◆ YOUR GOAL:
Please copy exactly the lines from the top of the data through the line containing "v -11.361 10.541 5.08", and nothing else.

◆ DATASET RECORDS:
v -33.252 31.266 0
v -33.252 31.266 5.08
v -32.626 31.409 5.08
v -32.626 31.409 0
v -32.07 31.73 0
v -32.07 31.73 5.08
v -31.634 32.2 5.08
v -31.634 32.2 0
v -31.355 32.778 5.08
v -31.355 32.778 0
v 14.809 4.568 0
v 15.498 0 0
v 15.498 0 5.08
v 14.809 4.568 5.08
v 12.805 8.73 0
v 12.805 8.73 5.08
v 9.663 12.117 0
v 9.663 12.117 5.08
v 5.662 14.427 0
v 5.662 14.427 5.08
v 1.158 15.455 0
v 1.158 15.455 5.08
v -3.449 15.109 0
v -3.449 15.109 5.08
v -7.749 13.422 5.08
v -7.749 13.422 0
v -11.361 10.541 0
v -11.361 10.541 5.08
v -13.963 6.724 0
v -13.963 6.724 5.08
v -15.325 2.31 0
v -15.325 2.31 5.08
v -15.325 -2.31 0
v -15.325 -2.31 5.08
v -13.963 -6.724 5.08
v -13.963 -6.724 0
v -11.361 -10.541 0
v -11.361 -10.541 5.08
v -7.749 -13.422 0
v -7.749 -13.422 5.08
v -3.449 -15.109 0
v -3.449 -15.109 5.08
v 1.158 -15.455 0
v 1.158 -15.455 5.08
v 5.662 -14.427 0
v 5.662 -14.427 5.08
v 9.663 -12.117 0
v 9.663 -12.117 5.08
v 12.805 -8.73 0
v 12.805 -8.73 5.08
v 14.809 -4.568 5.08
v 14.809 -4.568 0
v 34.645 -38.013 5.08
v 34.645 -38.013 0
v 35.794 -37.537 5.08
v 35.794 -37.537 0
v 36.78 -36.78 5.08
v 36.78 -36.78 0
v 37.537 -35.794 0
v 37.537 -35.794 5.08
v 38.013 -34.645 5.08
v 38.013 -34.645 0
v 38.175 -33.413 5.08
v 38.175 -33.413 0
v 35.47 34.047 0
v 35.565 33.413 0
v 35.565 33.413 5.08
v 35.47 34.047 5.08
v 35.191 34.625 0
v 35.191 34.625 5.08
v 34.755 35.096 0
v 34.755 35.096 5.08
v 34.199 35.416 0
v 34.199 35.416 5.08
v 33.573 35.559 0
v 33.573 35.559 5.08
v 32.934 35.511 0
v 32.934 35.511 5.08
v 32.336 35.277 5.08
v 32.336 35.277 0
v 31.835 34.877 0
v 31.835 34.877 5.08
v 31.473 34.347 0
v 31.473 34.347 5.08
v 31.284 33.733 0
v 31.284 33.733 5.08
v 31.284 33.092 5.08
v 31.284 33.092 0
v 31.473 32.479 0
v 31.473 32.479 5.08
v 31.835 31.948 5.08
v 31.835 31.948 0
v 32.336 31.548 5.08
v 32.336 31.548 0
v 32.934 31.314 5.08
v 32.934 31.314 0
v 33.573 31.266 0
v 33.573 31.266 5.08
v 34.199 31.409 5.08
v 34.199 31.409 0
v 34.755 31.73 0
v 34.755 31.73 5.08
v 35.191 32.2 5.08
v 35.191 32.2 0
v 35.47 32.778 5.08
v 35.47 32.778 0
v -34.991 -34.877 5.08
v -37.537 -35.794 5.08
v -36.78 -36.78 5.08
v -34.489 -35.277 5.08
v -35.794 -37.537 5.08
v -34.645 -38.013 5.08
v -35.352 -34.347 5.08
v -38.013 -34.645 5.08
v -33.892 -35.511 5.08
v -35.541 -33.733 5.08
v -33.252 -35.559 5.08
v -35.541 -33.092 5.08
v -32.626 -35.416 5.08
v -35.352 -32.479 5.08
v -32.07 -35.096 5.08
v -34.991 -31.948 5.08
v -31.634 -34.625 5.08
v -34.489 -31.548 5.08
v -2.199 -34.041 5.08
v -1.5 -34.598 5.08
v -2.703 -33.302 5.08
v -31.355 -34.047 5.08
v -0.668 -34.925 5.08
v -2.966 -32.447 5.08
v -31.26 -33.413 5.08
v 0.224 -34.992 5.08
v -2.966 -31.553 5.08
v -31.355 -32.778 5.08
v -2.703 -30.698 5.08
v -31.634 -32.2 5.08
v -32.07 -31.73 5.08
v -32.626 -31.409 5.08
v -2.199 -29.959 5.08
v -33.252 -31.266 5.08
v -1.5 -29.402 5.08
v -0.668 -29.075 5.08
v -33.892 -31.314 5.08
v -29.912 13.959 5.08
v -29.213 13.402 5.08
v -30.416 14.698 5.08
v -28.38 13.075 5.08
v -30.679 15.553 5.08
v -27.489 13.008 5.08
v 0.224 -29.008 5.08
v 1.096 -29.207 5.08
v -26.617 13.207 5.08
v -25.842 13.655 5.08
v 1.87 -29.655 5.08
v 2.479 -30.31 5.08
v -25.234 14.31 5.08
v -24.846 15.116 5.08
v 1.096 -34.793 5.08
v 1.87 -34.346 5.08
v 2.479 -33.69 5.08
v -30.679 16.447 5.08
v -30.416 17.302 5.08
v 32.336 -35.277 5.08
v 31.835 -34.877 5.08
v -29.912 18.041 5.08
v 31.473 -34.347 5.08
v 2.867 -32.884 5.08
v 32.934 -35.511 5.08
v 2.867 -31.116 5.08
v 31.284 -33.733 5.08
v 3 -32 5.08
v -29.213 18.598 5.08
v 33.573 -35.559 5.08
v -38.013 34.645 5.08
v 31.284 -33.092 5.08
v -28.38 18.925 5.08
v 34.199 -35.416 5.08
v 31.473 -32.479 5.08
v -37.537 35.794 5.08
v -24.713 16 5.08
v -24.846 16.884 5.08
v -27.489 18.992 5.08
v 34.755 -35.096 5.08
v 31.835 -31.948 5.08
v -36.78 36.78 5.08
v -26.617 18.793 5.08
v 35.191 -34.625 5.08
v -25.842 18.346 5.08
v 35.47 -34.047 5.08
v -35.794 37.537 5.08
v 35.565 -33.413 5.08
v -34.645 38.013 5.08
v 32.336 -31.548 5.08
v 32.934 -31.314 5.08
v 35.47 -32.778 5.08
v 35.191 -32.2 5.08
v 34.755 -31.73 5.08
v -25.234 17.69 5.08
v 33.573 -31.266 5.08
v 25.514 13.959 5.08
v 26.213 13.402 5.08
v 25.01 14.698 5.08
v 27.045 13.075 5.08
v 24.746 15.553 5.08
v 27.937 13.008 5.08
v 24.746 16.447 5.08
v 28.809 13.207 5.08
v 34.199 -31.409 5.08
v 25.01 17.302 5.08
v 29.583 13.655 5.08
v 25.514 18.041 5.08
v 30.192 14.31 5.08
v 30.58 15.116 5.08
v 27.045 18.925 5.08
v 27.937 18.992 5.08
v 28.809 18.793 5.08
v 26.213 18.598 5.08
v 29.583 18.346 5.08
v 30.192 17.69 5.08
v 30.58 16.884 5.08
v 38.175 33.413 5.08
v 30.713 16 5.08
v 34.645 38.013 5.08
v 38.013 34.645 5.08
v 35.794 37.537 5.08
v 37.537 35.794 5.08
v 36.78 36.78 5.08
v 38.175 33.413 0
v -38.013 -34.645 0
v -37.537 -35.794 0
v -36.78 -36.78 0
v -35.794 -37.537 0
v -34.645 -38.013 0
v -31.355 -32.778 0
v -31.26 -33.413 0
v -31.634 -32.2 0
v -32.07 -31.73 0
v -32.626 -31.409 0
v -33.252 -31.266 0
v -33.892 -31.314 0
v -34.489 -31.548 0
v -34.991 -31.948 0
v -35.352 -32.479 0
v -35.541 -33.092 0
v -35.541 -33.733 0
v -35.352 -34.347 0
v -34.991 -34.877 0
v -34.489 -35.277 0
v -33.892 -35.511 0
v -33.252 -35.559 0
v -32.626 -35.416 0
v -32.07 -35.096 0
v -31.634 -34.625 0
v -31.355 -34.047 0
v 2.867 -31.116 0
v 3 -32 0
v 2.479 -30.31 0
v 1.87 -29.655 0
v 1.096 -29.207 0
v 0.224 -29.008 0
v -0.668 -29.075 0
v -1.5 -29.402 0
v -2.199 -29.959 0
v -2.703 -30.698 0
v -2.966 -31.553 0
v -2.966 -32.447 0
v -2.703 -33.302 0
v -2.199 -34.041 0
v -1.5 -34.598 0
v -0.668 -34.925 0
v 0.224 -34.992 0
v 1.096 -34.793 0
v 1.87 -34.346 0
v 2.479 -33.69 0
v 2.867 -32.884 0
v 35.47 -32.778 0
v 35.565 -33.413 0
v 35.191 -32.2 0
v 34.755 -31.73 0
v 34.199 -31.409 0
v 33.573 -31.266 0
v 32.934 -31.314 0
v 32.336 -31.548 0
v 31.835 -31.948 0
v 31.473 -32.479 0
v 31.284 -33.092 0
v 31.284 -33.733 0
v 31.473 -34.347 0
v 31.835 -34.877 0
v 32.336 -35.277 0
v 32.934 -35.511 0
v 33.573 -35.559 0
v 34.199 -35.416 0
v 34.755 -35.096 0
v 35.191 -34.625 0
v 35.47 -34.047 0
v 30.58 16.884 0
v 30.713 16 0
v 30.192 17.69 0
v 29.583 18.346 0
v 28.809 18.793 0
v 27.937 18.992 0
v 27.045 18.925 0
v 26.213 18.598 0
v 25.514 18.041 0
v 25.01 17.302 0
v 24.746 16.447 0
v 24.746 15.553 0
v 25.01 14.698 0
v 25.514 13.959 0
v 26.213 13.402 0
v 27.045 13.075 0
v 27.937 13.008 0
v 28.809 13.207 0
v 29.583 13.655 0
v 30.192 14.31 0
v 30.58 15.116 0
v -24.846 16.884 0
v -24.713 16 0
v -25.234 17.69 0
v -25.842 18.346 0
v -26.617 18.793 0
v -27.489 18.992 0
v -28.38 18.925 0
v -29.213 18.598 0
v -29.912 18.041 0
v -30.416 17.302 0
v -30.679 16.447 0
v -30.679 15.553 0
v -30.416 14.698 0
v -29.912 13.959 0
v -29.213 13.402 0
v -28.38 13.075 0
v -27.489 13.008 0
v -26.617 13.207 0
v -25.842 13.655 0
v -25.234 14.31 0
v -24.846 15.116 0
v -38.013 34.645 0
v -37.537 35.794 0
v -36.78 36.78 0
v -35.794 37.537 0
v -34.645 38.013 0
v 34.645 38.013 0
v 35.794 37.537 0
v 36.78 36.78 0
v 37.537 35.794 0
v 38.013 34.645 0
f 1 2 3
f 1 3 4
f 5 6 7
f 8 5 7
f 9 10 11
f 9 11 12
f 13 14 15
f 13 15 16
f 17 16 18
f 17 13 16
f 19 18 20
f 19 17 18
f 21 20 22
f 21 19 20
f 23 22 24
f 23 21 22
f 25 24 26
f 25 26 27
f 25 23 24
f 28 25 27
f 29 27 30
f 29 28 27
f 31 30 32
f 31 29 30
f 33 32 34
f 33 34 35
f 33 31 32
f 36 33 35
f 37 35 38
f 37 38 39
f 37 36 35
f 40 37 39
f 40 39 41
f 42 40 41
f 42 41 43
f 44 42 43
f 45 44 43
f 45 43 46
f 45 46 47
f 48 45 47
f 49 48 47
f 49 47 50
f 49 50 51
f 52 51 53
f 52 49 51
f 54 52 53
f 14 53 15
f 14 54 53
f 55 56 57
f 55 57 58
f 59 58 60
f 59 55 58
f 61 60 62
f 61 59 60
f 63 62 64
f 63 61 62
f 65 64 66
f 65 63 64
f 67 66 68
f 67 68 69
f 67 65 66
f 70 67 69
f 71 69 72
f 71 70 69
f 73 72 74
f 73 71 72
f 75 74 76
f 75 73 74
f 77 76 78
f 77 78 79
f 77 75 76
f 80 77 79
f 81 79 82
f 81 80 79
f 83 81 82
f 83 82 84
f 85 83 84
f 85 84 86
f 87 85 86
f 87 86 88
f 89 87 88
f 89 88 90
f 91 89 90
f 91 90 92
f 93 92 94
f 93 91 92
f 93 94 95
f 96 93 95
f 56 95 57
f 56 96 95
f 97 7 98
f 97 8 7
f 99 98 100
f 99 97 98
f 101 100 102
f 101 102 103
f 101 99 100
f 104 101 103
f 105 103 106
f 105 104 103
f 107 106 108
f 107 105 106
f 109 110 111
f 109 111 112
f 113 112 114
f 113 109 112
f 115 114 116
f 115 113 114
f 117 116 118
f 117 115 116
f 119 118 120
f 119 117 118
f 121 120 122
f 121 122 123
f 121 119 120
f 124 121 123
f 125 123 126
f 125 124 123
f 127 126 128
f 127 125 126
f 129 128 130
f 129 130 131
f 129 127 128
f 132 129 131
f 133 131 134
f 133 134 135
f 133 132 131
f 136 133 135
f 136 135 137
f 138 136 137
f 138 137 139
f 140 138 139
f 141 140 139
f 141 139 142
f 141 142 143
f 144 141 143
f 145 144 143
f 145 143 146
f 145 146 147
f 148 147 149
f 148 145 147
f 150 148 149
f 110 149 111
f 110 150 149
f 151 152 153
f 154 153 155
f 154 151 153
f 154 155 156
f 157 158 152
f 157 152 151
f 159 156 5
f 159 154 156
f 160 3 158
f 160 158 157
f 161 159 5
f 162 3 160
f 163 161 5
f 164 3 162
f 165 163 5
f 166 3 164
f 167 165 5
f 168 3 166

◆ RESPONSE TO THIS EXERCISE:
v -33.252 31.266 0
v -33.252 31.266 5.08
v -32.626 31.409 5.08
v -32.626 31.409 0
v -32.07 31.73 0
v -32.07 31.73 5.08
v -31.634 32.2 5.08
v -31.634 32.2 0
v -31.355 32.778 5.08
v -31.355 32.778 0
v 14.809 4.568 0
v 15.498 0 0
v 15.498 0 5.08
v 14.809 4.568 5.08
v 12.805 8.73 0
v 12.805 8.73 5.08
v 9.663 12.117 0
v 9.663 12.117 5.08
v 5.662 14.427 0
v 5.662 14.427 5.08
v 1.158 15.455 0
v 1.158 15.455 5.08
v -3.449 15.109 0
v -3.449 15.109 5.08
v -7.749 13.422 5.08
v -7.749 13.422 0
v -11.361 10.541 0
v -11.361 10.541 5.08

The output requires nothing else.